Легче потому, что, сопротивляясь всему, что принесла блокада, я невольно сопротивлялась и собственному горю. И Ромашов, как ни странно, понимал меня. Недаром он совершенно перестал уговаривать меня уехать из Ленинграда…

Он повторил свой рассказ, и я узнала много новых подробностей, о которых в первый раз он не упомянул ни слова. Когда Ромашов с лейтенантом тащили Саню через болото, они сложили руки крестом, и он обнял их руками за шеи. Одну из девушек звали Катей, и Саня ужасно обрадовался и потом только и звал ее: «Катя, Катя!» Когда Саня сказал: «А я думал, что мне придется тебя опасаться», Ромашов только засмеялся в ответ, и это действительно было смешно — каждую минуту в рощице могли появиться немцы.

Это была правда, зачем ему лгать? Ведь если бы он захотел обмануть меня, он просто показал бы газету, в которой черным по белому напечатано, что Саня погиб. Так он сказал — и это тоже было правдой. «Но ведь это Ромашов, — так я говорила себе. — Ромашов с его немигающими глазами. Ромашов, Сова, как называл его Саня».

«Война меняет людей, — так я отвечала себе. — Он видел смерть, ему стало скучно в этом мире притворства к лжи, который прежде был его миром.
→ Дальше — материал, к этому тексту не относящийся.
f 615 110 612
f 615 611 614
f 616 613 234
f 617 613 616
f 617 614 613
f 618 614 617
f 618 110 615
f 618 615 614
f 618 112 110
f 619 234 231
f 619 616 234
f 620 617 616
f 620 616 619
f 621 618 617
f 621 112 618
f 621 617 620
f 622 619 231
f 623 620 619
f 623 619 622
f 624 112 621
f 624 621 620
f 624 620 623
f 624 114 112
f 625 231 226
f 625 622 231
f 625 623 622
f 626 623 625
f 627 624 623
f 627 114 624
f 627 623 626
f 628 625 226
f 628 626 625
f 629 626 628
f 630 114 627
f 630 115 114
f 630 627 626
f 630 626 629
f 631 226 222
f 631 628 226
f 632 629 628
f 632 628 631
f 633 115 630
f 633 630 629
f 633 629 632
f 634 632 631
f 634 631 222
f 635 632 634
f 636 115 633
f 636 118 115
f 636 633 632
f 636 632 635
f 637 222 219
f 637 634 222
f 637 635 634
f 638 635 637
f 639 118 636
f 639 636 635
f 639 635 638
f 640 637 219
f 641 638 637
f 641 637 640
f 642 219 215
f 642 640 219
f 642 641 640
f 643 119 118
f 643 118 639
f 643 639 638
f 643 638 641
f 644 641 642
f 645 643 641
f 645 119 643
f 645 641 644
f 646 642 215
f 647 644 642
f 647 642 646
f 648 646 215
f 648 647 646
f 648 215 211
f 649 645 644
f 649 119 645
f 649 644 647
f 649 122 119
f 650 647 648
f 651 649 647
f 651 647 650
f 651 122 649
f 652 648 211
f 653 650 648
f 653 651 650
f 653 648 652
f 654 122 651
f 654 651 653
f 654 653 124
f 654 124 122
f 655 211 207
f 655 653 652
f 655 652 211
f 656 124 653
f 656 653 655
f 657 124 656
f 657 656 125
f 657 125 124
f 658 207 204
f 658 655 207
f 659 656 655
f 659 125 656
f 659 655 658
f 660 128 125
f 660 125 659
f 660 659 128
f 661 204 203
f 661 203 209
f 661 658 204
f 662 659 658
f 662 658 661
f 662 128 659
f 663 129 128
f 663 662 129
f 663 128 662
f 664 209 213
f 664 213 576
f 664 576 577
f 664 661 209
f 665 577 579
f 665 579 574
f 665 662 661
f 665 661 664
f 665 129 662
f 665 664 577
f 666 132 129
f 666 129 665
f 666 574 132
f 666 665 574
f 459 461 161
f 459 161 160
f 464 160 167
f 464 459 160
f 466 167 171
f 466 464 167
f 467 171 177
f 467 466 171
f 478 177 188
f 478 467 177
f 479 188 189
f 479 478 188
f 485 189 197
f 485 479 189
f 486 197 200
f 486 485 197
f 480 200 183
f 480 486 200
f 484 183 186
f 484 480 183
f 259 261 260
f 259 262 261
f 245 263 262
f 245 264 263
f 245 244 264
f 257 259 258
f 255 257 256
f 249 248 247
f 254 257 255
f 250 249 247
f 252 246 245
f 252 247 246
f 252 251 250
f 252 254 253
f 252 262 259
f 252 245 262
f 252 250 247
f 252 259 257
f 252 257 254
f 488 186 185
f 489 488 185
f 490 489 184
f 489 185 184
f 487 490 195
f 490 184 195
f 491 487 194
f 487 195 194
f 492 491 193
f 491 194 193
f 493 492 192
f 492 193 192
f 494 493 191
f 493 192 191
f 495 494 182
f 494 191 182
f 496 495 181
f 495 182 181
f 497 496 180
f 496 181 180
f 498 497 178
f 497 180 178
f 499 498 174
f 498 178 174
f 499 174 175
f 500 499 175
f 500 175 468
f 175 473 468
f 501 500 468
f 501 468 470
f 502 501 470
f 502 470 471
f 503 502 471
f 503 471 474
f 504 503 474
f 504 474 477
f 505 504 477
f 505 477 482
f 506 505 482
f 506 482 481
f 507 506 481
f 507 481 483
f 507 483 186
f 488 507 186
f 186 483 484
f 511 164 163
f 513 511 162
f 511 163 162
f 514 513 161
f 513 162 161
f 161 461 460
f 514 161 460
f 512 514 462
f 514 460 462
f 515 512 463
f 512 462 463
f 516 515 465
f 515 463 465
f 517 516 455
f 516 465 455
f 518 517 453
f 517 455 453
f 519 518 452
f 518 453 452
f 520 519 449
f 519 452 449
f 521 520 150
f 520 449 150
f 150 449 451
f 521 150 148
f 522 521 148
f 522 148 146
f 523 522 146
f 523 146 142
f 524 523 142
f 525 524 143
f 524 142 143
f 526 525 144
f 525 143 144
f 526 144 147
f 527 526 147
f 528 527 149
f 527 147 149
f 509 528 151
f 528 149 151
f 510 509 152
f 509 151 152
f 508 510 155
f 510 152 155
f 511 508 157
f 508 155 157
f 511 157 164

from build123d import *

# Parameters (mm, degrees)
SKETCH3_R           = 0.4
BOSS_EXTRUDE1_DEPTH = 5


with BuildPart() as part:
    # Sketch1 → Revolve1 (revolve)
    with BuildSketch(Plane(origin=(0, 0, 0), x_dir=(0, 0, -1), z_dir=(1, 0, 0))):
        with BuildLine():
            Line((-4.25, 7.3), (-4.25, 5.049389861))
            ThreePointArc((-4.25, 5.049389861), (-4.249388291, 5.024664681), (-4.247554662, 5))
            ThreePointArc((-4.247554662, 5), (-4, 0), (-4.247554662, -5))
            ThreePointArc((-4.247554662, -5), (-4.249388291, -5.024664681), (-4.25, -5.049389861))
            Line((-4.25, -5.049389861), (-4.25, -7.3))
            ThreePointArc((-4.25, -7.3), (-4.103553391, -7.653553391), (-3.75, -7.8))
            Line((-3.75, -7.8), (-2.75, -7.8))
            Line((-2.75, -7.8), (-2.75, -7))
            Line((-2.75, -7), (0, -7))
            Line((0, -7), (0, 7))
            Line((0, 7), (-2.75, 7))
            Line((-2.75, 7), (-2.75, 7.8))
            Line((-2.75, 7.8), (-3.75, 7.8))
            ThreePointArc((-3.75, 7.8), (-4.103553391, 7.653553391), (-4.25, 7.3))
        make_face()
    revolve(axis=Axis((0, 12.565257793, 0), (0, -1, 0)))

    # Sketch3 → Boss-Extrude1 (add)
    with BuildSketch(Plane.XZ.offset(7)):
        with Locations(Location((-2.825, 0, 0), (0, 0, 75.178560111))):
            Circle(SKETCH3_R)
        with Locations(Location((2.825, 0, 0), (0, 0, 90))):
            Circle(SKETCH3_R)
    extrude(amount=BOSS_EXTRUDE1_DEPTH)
Он сделал для Сани все, что мог, — и сделал именно потому, что невозможно было предположить, что он способен на это».

Как—то мельком я сказала ему, что была бы очень рада увидеть Петю.

— Готово, — объявил он мне через несколько дней, — завтра приедет.

Возможно, что это было простым совпадением, хотя Ромашов уверял, что он устроил вызов через ректора Академии художеств. Но прошло несколько дней, и Петя приехал.

Я не видела его три с половиной месяца. Я провожала его с чувством страха за его рассеянность, поэтичность, погруженность в себя — черты, которые меньше всего могли пригодиться ему на фронте. А в комнату вошел крепкий, загорелый человек, не сутулый, как прежде, а прямой, с прямым, уверенным взглядом.

Мы обнялись.

— Катя, теперь и я думаю, что Саня вернется, — сразу сказал он. — Он воскрес, когда его считали погибшим. Теперь кончено. Будет жить. Это наша такая фронтовая примета. И в части уже знают, что он жив. Иначе прислали бы извещение, это же совершенно ясно!